Dialog 11

780 111 17
                                    

Pertanyaan 11
Dear semesta, bagaimana kau menulis skenario kehidupanku?

*

Tita merenggangkan otot-ototnya, ia menutup laptop dan memadamkan lampu di kamarnya. Laporan praktikumnya masih berserakan di lantai dan meja belajarnya. Ia menyelonjorkan kaki lalu melanjutkan dengan merebahkan tubuhnya di lantai. Tita memandang dinding-dinding kamarnya, setiap kali ia memasuki kamar ini, matanya langsung terfokus pada sebuah kertas karton yang ditempeli berbagai kalimat-kalimat motivasi.
Itu bukan miliknya, tetapi milik teman sekamarnya yang hingga hari ini belum Tita ketahui orangnya. Diah mengatakan bahwa Kia—nama teman sekamarnya, sedang mengikuti pelatihan di kota lain.

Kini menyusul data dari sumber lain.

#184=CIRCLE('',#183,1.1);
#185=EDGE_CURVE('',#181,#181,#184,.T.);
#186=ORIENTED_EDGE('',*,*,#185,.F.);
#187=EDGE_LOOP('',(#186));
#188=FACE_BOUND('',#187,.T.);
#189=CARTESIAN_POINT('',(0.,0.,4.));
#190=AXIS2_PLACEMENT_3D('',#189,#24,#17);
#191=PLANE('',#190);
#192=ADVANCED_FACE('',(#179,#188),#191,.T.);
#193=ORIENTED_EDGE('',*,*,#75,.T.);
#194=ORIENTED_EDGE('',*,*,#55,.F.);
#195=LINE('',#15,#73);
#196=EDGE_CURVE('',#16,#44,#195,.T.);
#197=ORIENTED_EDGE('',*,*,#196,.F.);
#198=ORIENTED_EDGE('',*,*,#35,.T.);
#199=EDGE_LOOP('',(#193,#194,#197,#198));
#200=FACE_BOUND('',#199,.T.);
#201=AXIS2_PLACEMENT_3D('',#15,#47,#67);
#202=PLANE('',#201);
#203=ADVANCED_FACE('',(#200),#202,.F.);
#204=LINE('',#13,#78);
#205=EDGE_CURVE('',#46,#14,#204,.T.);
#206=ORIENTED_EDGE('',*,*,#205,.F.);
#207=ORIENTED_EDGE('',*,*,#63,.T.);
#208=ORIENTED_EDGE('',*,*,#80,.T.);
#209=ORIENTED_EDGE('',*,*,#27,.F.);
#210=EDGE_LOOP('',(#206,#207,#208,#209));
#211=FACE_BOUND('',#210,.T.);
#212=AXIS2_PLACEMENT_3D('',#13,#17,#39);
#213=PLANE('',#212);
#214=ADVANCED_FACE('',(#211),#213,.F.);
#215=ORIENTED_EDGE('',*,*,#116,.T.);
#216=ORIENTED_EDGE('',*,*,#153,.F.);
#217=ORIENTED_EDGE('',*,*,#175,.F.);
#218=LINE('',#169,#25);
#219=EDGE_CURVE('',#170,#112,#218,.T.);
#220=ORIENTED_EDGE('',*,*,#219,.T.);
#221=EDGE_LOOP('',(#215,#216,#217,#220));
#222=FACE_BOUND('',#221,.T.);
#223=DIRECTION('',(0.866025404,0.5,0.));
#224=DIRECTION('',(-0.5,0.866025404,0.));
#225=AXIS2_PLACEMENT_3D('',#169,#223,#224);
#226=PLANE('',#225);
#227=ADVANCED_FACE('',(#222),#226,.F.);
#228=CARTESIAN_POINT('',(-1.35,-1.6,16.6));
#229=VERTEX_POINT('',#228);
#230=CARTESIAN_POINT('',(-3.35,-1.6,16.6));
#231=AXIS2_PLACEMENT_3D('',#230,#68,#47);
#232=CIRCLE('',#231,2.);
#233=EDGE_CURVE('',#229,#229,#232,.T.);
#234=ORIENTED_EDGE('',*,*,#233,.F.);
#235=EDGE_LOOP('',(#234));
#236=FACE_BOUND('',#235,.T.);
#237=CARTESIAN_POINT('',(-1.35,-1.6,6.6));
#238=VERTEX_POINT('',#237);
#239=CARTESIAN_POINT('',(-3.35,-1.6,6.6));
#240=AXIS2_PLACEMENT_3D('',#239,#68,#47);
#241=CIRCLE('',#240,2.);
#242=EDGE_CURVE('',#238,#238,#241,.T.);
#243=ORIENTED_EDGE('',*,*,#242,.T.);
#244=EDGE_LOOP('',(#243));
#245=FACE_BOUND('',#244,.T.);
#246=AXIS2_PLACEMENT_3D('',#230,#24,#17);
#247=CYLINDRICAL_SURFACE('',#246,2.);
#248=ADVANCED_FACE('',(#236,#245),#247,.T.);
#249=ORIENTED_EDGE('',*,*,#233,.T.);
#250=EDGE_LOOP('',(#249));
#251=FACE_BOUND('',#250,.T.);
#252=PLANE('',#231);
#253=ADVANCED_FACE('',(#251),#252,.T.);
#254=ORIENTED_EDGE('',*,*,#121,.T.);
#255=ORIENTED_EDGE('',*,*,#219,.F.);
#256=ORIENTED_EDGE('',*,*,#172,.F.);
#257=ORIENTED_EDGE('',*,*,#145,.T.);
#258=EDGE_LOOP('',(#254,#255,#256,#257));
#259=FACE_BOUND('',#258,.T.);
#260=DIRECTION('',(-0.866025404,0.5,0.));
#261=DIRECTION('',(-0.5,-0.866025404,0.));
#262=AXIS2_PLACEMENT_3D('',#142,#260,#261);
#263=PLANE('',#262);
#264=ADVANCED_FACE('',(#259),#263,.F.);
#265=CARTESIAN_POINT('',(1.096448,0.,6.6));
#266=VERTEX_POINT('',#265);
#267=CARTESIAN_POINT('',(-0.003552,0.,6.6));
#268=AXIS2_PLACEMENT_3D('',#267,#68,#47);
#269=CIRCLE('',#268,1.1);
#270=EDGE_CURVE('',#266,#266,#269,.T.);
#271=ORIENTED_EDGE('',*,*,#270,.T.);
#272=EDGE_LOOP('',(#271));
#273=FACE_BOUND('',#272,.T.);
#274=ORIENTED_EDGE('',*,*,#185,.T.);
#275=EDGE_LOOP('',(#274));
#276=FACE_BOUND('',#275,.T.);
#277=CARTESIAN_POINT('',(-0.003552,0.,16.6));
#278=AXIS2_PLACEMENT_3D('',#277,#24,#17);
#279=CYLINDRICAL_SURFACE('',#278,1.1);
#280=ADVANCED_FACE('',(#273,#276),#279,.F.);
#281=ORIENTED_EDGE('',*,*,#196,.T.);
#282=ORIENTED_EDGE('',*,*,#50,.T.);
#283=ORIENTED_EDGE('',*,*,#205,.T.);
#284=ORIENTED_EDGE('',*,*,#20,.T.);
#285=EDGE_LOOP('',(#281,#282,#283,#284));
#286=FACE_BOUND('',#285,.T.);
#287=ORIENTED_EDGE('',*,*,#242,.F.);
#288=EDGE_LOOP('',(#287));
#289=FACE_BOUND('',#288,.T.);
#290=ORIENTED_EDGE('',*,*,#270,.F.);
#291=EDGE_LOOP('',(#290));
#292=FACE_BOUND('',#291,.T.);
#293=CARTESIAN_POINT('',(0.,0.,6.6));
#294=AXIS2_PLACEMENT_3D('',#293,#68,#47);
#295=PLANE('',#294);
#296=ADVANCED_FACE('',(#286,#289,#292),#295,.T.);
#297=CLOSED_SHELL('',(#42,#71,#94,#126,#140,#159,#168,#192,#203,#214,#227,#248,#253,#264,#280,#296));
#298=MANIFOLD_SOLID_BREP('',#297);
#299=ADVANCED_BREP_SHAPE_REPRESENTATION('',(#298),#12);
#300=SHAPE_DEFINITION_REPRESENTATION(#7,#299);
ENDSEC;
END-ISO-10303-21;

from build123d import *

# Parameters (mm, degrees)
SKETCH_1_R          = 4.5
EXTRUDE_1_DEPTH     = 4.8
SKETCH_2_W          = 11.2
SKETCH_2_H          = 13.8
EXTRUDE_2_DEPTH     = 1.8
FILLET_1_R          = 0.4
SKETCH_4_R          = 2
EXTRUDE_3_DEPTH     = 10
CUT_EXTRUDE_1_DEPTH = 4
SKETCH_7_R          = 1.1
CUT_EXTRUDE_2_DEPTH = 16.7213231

Awalnya, Kia akan kembali pada malam hari tepat setelah Tita pindah di kos itu, namun tersenyata rencananya dibatalkan. Kia rupanya masih harus mengikuti pelatihan lanjutan di tempat lain. Anak organisatoris, dan Tita tidak tahu harus berkomentar apa. Dalam hatinya, sedikit rasa was-was tiba-tiba saja muncul. Dirinya mulai berspekulasi seperti apa teman sekamarnya, apakah nanti ia akan menyukai Tita atau tidak?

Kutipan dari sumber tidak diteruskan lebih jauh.